GERECHTSHOF 's-HERTOGENBOSCH

Afdeling civiel recht
Uitspraak: 27 maart 2014
Zaaknummers: HV 200.132.891/01 en HV 200.132.893/01
Zaaknummer eerste aanleg: C/04/117944 / FA RK 12-1224
in de zaken in hoger beroep van:
[de man],
wonende te [woonplaats],
appellant in principaal appel,
verweerder in incidenteel appel,
hierna te noemen: de man,
advocaat: mr.

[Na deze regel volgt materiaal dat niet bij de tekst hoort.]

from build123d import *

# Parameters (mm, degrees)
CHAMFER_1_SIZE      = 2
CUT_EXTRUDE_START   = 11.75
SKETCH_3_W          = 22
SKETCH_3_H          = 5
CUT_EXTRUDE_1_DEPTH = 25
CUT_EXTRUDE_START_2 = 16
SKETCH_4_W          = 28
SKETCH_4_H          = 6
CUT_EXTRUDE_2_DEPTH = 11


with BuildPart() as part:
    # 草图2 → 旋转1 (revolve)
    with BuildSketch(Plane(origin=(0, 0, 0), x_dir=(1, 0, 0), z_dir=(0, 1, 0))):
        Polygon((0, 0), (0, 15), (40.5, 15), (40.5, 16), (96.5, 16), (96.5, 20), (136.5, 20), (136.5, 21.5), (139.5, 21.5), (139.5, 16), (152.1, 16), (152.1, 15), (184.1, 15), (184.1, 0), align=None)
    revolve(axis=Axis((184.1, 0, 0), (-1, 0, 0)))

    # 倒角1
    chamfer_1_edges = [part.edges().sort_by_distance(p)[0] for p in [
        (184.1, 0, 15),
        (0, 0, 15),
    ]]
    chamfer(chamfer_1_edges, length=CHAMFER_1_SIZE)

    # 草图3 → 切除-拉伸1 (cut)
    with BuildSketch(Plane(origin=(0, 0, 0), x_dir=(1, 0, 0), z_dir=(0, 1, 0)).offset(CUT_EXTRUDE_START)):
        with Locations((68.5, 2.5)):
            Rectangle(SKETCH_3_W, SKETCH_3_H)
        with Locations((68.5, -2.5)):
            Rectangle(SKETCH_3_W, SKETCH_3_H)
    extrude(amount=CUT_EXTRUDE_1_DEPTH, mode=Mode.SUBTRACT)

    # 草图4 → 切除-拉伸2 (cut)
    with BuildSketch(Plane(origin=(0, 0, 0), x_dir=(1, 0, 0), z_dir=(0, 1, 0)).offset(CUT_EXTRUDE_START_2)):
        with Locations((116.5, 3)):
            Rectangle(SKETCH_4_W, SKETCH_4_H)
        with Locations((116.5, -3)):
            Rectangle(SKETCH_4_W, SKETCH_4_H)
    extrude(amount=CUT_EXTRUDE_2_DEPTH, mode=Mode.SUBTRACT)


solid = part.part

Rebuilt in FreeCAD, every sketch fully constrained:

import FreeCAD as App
import Part
import Sketcher

V = App.Vector


def edges_at(feature, points):
    """Names of the edges that pass closest to the given points."""
    edges = feature.Shape.Edges
    near = lambda p: min(range(len(edges)), key=lambda i: edges[i].distToShape(Part.Vertex(*p))[0])
    return sorted({f"Edge{near(p) + 1}" for p in points})


def add_polygon(sketch, points):
    """Adds a closed chain of lines whose ends are joined by coincident constraints."""
    first, n = sketch.GeometryCount, len(points)
    for a, b in zip(points, points[1:] + points[:1]):
        sketch.addGeometry(Part.LineSegment(App.Vector(*a, 0), App.Vector(*b, 0)), False)
    for i in range(n):
        sketch.addConstraint(Sketcher.Constraint("Coincident", first + i, 2, first + (i + 1) % n, 1))

doc = App.newDocument("Part")
body = doc.addObject("PartDesign::Body", "Body")

# Sketch on XZ plane
sketch1 = body.newObject("Sketcher::SketchObject", "Sketch")
sketch1.AttachmentSupport = (doc.getObject("XZ_Plane"), [""])
sketch1.MapMode = "FlatFace"
add_polygon(sketch1, [(0, -15), (0, 0), (184.1, 0), (184.1, -15), (152.1, -15), (152.1, -16), (139.5, -16), (139.5, -21.5), (136.5, -21.5), (136.5, -20), (96.5, -20), (96.5, -16), (40.5, -16), (40.5, -15)])  # lines 0-13
sketch1.addConstraint([
    Sketcher.Constraint("Vertical", 0),
    Sketcher.Constraint("Horizontal", 1),
    Sketcher.Constraint("Vertical", 2),
    Sketcher.Constraint("Horizontal", 3),
    Sketcher.Constraint("Vertical", 4),
    Sketcher.Constraint("Horizontal", 5),
    Sketcher.Constraint("Vertical", 6),
    Sketcher.Constraint("Horizontal", 7),
    Sketcher.Constraint("Vertical", 8),
    Sketcher.Constraint("Horizontal", 9),
    Sketcher.Constraint("Vertical", 10),
    Sketcher.Constraint("Horizontal", 11),
    Sketcher.Constraint("Vertical", 12),
    Sketcher.Constraint("Horizontal", 13),
    Sketcher.Constraint("Coincident", 0, 2, -1, 1),
    Sketcher.Constraint("Horizontal", 5, 2, 10, 2),
    Sketcher.Constraint("Horizontal", 3, 2, 12, 2),
    Sketcher.Constraint("DistanceX", 3, 2, 3, 1, 32.0),
    Sketcher.Constraint("DistanceX", 7, 2, 7, 1, 3.0),
    Sketcher.Constraint("DistanceX", 9, 2, 9, 1, 40.0),
    Sketcher.Constraint("DistanceX", 11, 2, 11, 1, 56.0),
    Sketcher.Constraint("DistanceY", 0, 1, 0, 2, 15.0),
    Sketcher.Constraint("DistanceY", 4, 2, 4, 1, 1.0),
    Sketcher.Constraint("DistanceY", 10, 1, 10, 2, 4.0),
    Sketcher.Constraint("DistanceX", 1, 1, 1, 2, 184.1),
    Sketcher.Constraint("DistanceX", 5, 2, 5, 1, 12.6),
    Sketcher.Constraint("DistanceY", 6, 2, 6, 1, 5.5),
])
revolution = body.newObject("PartDesign::Revolution", "Revolution")
revolution.Profile = sketch1
revolution.ReferenceAxis = (sketch1, ["H_Axis"])
revolution.Angle = 360
doc.recompute()

chamfer = body.newObject("PartDesign::Chamfer", "Chamfer")
chamfer.Base = (revolution, edges_at(revolution, [(184.1, 0, 15), (0, 0, 15)]))
chamfer.Size = 2

# Sketch on XZ plane
sketch2 = body.newObject("Sketcher::SketchObject", "Sketch001")
sketch2.AttachmentSupport = (doc.getObject("XZ_Plane"), [""])
sketch2.MapMode = "FlatFace"
sketch2.AttachmentOffset = App.Placement(V(0, 0, -11.75), App.Rotation())
add_polygon(sketch2, [(58, -5), (58, 5), (80, 5), (80, -5)])  # lines 0-3
sketch2.addConstraint([
    Sketcher.Constraint("Vertical", 0),
    Sketcher.Constraint("Horizontal", 1),
    Sketcher.Constraint("Vertical", 2),
    Sketcher.Constraint("Horizontal", 3),
    Sketcher.Constraint("DistanceX", 1, 1, 1, 2, 22.0),
    Sketcher.Constraint("DistanceY", 0, 1, 0, 2, 10.0),
    Sketcher.Constraint("DistanceY", -1, 1, 0, 2, 5.0),
    Sketcher.Constraint("DistanceX", -1, 1, 0, 2, 57.5),
])
pocket1 = body.newObject("PartDesign::Pocket", "Pocket")
pocket1.Profile = sketch2
pocket1.Length = 25

# Sketch on XZ plane
sketch3 = body.newObject("Sketcher::SketchObject", "Sketch002")
sketch3.AttachmentSupport = (doc.getObject("XZ_Plane"), [""])
sketch3.MapMode = "FlatFace"
sketch3.AttachmentOffset = App.Placement(V(0, 0, -16), App.Rotation())
add_polygon(sketch3, [(102, -6), (102, 6), (130, 6), (130, -6)])  # lines 0-3
sketch3.addConstraint([
    Sketcher.Constraint("Vertical", 0),
    Sketcher.Constraint("Horizontal", 1),
    Sketcher.Constraint("Vertical", 2),
    Sketcher.Constraint("Horizontal", 3),
    Sketcher.Constraint("DistanceX", 1, 1, 1, 2, 28.0),
    Sketcher.Constraint("DistanceY", 0, 1, 0, 2, 12.0),
    Sketcher.Constraint("DistanceY", -1, 1, 0, 2, 6.0),
    Sketcher.Constraint("DistanceX", -1, 1, 0, 2, 102.5),
])
pocket2 = body.newObject("PartDesign::Pocket", "Pocket001")
pocket2.Profile = sketch3
pocket2.Length = 11

doc.recompute()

L.H.M. Zonnenberg,
tegen
[de vrouw],
wonende te [woonplaats],
verweerster in principaal appel,
appellante in incidenteel appel,
hierna te noemen: de vrouw,
advocaat: mr. S.J.C. Vaessen.

1.Het geding in eerste aanleg

Het hof verwijst naar de beschikking van de rechtbank Limburg, zittingsplaats Roermond, van 5 juni 2013.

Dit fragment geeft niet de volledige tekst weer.